Gov. Roy Cooper’s move to open up more of the economy is welcome.
It is also long overdue. The public health benefits of the strict lockdown policies he and other leaders have imposed are far outweighed by their devastating effects on the economy – the 36.5 million Americans who have filed for unemployment since mid-March are just the canary in the coal mine of imminent fiscal doom.
The central fact is that we will probably not have a vaccine that can protect us from the virus for many months, or even years. People will continue to get sick and die from COVID-19 until that happens.
Gov. Roy Cooper and other leaders, including President Trump, acknowledged that grim reality early on when they argued that public policy should aim to “flatten the curve” of inevitable infections so that we didn’t overwhelm the capacity of hospitals to treat victims. This was the logic of the lockdown.
Except for a few hotspots, the tsunami of patients never came. We flattened the curve so much we devastated the health care industry. As emergency rooms and hospital beds have lain empty, the federal government reported that 1.4 million health care jobs were lost in April – including 135,000 jobs at hospitals.
Here in North Carolina, Cooper continued with the lockdown even though his own health care advisors projected in early April that lifting his restrictions would only have a 50/50 chance of overtaxing the state’s acute care bed capacity (the chance was 25 percent with his draconian measures). Instead of announcing policies to allow people to return to work safely – to earn money for bills and save their businesses – Cooper warned changing course would produce “a catastrophe.”
The government’s absolutist response has been especially misguided because of its false assumption that everyone is at equal risk of dying from the virus. Reflecting national statistics, North Carolina reported on Tuesday that just three percent of the state’s 661 COVID-19 deaths had occurred in people under 50. Eighty-five percent of deaths were in those 65 and older.
This pattern has been clear since March.
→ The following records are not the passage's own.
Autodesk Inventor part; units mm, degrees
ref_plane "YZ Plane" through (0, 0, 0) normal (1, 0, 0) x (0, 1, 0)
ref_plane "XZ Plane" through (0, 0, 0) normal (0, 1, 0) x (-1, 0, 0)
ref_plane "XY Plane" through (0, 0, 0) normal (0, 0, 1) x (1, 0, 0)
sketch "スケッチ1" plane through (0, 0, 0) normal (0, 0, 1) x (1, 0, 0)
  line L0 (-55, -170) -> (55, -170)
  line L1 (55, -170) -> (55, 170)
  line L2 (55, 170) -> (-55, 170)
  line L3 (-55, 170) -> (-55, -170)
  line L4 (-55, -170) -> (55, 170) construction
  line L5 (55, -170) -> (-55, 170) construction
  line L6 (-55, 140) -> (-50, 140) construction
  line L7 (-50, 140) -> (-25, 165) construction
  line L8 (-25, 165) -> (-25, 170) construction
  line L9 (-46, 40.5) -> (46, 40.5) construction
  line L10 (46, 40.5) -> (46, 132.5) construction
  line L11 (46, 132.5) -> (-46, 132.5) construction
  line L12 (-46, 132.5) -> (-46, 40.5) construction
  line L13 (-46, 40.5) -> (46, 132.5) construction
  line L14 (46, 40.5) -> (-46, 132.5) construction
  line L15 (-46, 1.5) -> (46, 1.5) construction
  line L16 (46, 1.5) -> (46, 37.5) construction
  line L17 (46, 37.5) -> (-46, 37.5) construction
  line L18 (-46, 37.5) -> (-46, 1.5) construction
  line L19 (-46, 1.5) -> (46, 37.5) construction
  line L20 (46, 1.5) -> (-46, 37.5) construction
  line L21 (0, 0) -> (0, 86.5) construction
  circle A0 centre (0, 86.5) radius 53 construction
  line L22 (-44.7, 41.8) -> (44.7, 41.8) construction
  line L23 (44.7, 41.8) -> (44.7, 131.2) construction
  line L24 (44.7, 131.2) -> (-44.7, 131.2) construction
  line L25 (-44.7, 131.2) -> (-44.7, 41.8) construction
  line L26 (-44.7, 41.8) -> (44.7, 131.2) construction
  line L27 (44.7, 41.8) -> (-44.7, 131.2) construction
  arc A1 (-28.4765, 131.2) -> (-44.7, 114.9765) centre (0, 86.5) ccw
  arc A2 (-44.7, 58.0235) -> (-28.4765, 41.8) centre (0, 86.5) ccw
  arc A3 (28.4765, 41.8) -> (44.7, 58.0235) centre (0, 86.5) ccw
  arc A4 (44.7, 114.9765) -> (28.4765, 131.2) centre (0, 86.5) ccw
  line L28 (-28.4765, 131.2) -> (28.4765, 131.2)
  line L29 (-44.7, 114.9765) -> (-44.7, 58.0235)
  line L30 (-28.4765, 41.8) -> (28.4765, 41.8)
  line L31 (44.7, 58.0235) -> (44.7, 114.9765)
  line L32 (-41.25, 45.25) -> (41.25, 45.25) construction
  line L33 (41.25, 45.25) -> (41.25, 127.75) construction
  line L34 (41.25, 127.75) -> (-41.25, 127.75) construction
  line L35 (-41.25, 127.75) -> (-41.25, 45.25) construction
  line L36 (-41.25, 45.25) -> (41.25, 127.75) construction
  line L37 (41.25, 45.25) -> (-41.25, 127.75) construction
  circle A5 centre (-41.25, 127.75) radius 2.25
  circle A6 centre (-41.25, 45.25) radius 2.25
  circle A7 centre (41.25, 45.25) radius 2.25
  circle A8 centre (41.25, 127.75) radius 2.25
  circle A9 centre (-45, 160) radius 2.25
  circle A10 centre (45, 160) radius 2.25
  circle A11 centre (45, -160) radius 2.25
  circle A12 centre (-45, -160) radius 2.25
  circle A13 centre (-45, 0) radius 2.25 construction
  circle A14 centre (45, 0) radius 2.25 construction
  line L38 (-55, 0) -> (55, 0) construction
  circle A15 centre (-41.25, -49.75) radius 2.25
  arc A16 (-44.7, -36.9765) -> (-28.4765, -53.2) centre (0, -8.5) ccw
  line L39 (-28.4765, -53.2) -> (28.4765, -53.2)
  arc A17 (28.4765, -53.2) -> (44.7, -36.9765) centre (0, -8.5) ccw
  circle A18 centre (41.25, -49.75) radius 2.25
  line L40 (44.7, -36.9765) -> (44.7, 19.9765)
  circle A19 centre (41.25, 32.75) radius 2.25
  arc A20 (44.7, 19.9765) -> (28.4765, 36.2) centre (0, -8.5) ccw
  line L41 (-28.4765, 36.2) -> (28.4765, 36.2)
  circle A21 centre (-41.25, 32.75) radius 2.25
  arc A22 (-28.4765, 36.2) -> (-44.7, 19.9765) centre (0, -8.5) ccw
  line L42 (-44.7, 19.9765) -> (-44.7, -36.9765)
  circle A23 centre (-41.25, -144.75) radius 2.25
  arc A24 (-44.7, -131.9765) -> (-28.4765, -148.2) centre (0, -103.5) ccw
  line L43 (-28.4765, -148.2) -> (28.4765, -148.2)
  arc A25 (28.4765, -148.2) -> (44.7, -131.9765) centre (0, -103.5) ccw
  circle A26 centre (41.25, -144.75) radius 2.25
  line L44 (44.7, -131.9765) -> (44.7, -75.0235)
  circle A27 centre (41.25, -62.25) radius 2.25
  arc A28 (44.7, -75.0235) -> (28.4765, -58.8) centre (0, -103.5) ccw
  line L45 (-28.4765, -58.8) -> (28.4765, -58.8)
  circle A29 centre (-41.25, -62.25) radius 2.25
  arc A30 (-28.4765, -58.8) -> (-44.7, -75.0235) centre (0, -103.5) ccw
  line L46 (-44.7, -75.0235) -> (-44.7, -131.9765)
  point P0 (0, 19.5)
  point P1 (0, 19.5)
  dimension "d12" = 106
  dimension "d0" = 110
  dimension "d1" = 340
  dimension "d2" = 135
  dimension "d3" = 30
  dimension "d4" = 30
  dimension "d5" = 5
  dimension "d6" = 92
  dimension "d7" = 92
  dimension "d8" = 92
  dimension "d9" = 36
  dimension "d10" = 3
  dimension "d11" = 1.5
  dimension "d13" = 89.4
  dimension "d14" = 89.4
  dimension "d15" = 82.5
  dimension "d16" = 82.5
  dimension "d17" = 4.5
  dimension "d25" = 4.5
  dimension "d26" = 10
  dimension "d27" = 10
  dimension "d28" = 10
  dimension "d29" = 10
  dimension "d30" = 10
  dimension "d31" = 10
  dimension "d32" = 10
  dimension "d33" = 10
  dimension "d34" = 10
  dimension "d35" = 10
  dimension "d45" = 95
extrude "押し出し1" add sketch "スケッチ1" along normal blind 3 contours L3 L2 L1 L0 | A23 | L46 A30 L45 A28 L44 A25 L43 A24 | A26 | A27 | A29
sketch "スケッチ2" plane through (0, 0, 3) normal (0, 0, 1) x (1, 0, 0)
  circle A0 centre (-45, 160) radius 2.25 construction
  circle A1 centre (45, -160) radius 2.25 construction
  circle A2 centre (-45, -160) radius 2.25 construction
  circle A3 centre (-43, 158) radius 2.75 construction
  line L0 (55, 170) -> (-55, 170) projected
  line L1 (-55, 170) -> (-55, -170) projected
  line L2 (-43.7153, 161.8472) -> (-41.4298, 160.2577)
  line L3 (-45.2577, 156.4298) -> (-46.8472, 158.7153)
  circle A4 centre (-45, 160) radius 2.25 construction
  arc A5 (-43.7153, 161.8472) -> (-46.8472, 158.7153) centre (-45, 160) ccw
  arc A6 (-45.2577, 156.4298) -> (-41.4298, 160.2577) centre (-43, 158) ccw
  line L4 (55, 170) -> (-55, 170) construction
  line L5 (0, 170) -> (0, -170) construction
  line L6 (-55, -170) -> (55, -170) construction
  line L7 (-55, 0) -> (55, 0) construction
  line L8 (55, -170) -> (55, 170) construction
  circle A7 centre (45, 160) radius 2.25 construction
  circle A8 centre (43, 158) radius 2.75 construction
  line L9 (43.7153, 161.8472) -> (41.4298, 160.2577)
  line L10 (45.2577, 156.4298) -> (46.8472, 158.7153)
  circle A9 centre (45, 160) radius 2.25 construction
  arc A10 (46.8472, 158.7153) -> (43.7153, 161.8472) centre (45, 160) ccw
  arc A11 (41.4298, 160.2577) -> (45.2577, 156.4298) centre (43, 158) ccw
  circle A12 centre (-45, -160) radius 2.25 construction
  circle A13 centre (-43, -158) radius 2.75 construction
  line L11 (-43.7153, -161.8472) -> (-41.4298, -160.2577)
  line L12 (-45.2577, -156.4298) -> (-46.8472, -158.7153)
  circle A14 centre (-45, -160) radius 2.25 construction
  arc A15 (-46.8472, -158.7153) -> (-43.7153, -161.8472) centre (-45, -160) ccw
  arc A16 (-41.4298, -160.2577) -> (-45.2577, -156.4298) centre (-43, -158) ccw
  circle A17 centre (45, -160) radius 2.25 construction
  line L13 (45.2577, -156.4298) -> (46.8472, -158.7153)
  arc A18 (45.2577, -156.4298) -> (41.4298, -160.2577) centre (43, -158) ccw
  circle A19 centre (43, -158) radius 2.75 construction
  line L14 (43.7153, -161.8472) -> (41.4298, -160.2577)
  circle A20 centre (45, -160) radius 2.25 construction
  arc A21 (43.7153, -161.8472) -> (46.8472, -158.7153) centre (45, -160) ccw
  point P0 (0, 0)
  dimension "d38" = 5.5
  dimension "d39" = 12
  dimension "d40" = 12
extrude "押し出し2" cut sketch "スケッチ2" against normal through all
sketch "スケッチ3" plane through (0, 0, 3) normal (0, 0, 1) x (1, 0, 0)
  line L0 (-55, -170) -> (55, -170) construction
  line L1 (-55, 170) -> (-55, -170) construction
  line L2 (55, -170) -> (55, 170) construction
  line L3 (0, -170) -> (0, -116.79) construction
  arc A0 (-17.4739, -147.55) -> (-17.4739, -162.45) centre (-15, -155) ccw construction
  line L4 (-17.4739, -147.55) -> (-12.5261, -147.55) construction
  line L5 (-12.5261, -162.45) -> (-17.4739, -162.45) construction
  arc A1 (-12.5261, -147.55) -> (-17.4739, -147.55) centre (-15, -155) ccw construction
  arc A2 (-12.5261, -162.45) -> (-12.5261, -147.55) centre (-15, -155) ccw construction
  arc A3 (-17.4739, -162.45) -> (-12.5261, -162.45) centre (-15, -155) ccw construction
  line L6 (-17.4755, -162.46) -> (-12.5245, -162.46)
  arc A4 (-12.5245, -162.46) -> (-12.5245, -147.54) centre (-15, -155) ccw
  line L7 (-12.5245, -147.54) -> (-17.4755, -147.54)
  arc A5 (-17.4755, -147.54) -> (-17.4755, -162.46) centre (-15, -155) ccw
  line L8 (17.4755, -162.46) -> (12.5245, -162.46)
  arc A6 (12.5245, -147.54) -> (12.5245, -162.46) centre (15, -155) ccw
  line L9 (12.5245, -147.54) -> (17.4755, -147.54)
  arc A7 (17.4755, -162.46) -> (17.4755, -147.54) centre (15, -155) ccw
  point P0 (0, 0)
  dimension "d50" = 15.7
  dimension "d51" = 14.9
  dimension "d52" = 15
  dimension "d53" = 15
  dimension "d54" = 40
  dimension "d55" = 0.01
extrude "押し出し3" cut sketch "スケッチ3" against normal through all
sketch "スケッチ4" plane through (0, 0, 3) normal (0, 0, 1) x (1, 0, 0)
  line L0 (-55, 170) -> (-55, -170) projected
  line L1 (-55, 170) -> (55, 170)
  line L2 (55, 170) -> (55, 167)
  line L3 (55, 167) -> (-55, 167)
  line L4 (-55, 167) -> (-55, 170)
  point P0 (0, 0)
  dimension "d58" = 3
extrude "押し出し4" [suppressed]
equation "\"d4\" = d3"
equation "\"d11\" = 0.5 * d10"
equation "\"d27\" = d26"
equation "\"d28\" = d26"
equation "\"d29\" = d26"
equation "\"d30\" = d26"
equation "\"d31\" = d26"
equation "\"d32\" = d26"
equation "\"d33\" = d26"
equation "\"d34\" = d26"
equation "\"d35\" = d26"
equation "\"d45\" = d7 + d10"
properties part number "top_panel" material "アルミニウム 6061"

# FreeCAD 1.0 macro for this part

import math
import FreeCAD as App
import Part
import Sketcher
from FreeCAD import Vector


def add_polygon(sketch, points):
    """Adds a closed chain of lines whose ends are joined by coincident constraints."""
    first, n = sketch.GeometryCount, len(points)
    for a, b in zip(points, points[1:] + points[:1]):
        sketch.addGeometry(Part.LineSegment(App.Vector(*a, 0), App.Vector(*b, 0)), False)
    for i in range(n):
        sketch.addConstraint(Sketcher.Constraint("Coincident", first + i, 2, first + (i + 1) % n, 1))

doc = App.newDocument("Part")
body = doc.addObject("PartDesign::Body", "Body")

# Sketch on XY plane
sketch1 = body.newObject("Sketcher::SketchObject", "Sketch")
sketch1.AttachmentSupport = (doc.getObject("XY_Plane"), [""])
sketch1.MapMode = "FlatFace"
add_polygon(sketch1, [(-55, 170), (-55, -170), (55, -170), (55, 170)])  # lines 0-3
sketch1.addGeometry(Part.Circle(Vector(-45, -160, 0), Vector(0, 0, 1), 2.25), False)  # 4
sketch1.addGeometry(Part.Circle(Vector(-41.25, -49.75, 0), Vector(0, 0, 1), 2.25), False)  # 5
sketch1.addGeometry(Part.Circle(Vector(45, -160, 0), Vector(0, 0, 1), 2.25), False)  # 6
sketch1.addGeometry(Part.ArcOfCircle(Part.Circle(Vector(0, -8.5, 0), Vector(0, 0, 1), 53.00001), math.radians(-147.500493), math.radians(-122.499507)), False)  # 7
sketch1.addGeometry(Part.LineSegment(Vector(-44.7, -36.9765, 0), Vector(-44.7, 19.9765, 0)), False)  # 8
sketch1.addGeometry(Part.ArcOfCircle(Part.Circle(Vector(0, -8.5, 0), Vector(0, 0, 1), 53.00001), math.radians(122.499507), math.radians(147.500493)), False)  # 9
sketch1.addGeometry(Part.LineSegment(Vector(-28.4765, 36.2, 0), Vector(28.4765, 36.2, 0)), False)  # 10
sketch1.addGeometry(Part.ArcOfCircle(Part.Circle(Vector(0, -8.5, 0), Vector(0, 0, 1), 53.00001), math.radians(32.499507), math.radians(57.500493)), False)  # 11
sketch1.addGeometry(Part.LineSegment(Vector(44.7, 19.9765, 0), Vector(44.7, -36.9765, 0)), False)  # 12
sketch1.addGeometry(Part.ArcOfCircle(Part.Circle(Vector(0, -8.5, 0), Vector(0, 0, 1), 53.00001), math.radians(-57.500493), math.radians(-32.499507)), False)  # 13
sketch1.addGeometry(Part.LineSegment(Vector(28.4765, -53.2, 0), Vector(-28.4765, -53.2, 0)), False)  # 14
sketch1.addGeometry(Part.Circle(Vector(41.25, -49.75, 0), Vector(0, 0, 1), 2.25), False)  # 15
sketch1.addGeometry(Part.Circle(Vector(-41.25, 32.75, 0), Vector(0, 0, 1), 2.25), False)  # 16
sketch1.addGeometry(Part.Circle(Vector(-41.25, 45.25, 0), Vector(0, 0, 1), 2.25), False)  # 17
sketch1.addGeometry(Part.Circle(Vector(-45, 160, 0), Vector(0, 0, 1), 2.25), False)  # 18
sketch1.addGeometry(Part.Circle(Vector(-41.25, 127.75, 0), Vector(0, 0, 1), 2.25), False)  # 19
sketch1.addGeometry(Part.Circle(Vector(41.25, 32.75, 0), Vector(0, 0, 1), 2.25), False)  # 20
sketch1.addGeometry(Part.Circle(Vector(41.25, 45.25, 0), Vector(0, 0, 1), 2.25), False)  # 21
sketch1.addGeometry(Part.ArcOfCircle(Part.Circle(Vector(0, 86.5, 0), Vector(0, 0, 1), 53.00001), math.radians(122.499507), math.radians(147.500493)), False)  # 22
sketch1.addGeometry(Part.LineSegment(Vector(-28.4765, 131.2, 0), Vector(28.4765, 131.2, 0)), False)  # 23
sketch1.addGeometry(Part.ArcOfCircle(Part.Circle(Vector(0, 86.5, 0), Vector(0, 0, 1), 53.00001), math.radians(32.499507), math.radians(57.500493)), False)  # 24
sketch1.addGeometry(Part.LineSegment(Vector(44.7, 114.9765, 0), Vector(44.7, 58.0235, 0)), False)  # 25
sketch1.addGeometry(Part.ArcOfCircle(Part.Circle(Vector(0, 86.5, 0), Vector(0, 0, 1), 53.00001), math.radians(-57.500493), math.radians(-32.499507)), False)  # 26
sketch1.addGeometry(Part.LineSegment(Vector(28.4765, 41.8, 0), Vector(-28.4765, 41.8, 0)), False)  # 27
sketch1.addGeometry(Part.ArcOfCircle(Part.Circle(Vector(0, 86.5, 0), Vector(0, 0, 1), 53.00001), math.radians(-147.500493), math.radians(-122.499507)), False)  # 28
sketch1.addGeometry(Part.LineSegment(Vector(-44.7, 58.0235, 0), Vector(-44.7, 114.9765, 0)), False)  # 29
sketch1.addGeometry(Part.Circle(Vector(41.25, 127.75, 0), Vector(0, 0, 1), 2.25), False)  # 30
sketch1.addGeometry(Part.Circle(Vector(45, 160, 0), Vector(0, 0, 1), 2.25), False)  # 31
sketch1.addConstraint(Sketcher.Constraint("Coincident", 7, 1, 8, 1))
sketch1.addConstraint(Sketcher.Constraint("Coincident", 8, 2, 9, 2))
sketch1.addConstraint(Sketcher.Constraint("Coincident", 9, 1, 10, 1))
sketch1.addConstraint(Sketcher.Constraint("Coincident", 10, 2, 11, 2))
Nevertheless, North Carolina and other states have followed blanket policies, including closing schools, even though the young are not especially vulnerable to the virus’ worst effects.
The official malpractice is even worse when we consider that about one-third of all COVID-19 deaths nationwide are connected to nursing homes. Part of the reason is that several states, including New York – whose governor, Andrew Cuomo, has been lionized by the press – mandated until recently that nursing homes had to accept coronavirus patients.
The data indicate that we should do even more to isolate and protect the vulnerable, while letting younger people – who are more likely to experience mild symptoms if infected – get on with their lives.
In addition to shutting down businesses, Cooper and others have urged us to wear masks in public spaces. Sounds reasonable but in the absence of specific studies regarding COVID-19, the best science we have is a new study posted by the CDC which examined earlier flu outbreaks and found “no significant reduction in influenza transmission with the use of face masks.”
Finally, major media outlets have added to the alarm by publishing misleading statistics. Although North Carolina reports more than 11,000 residents have recovered from COVID-19, headline writers keep trumpeting running totals of confirmed cases which, of course, can only rise.
Despite their claims, Cooper and others are not acting on the best science – and we are paying the price.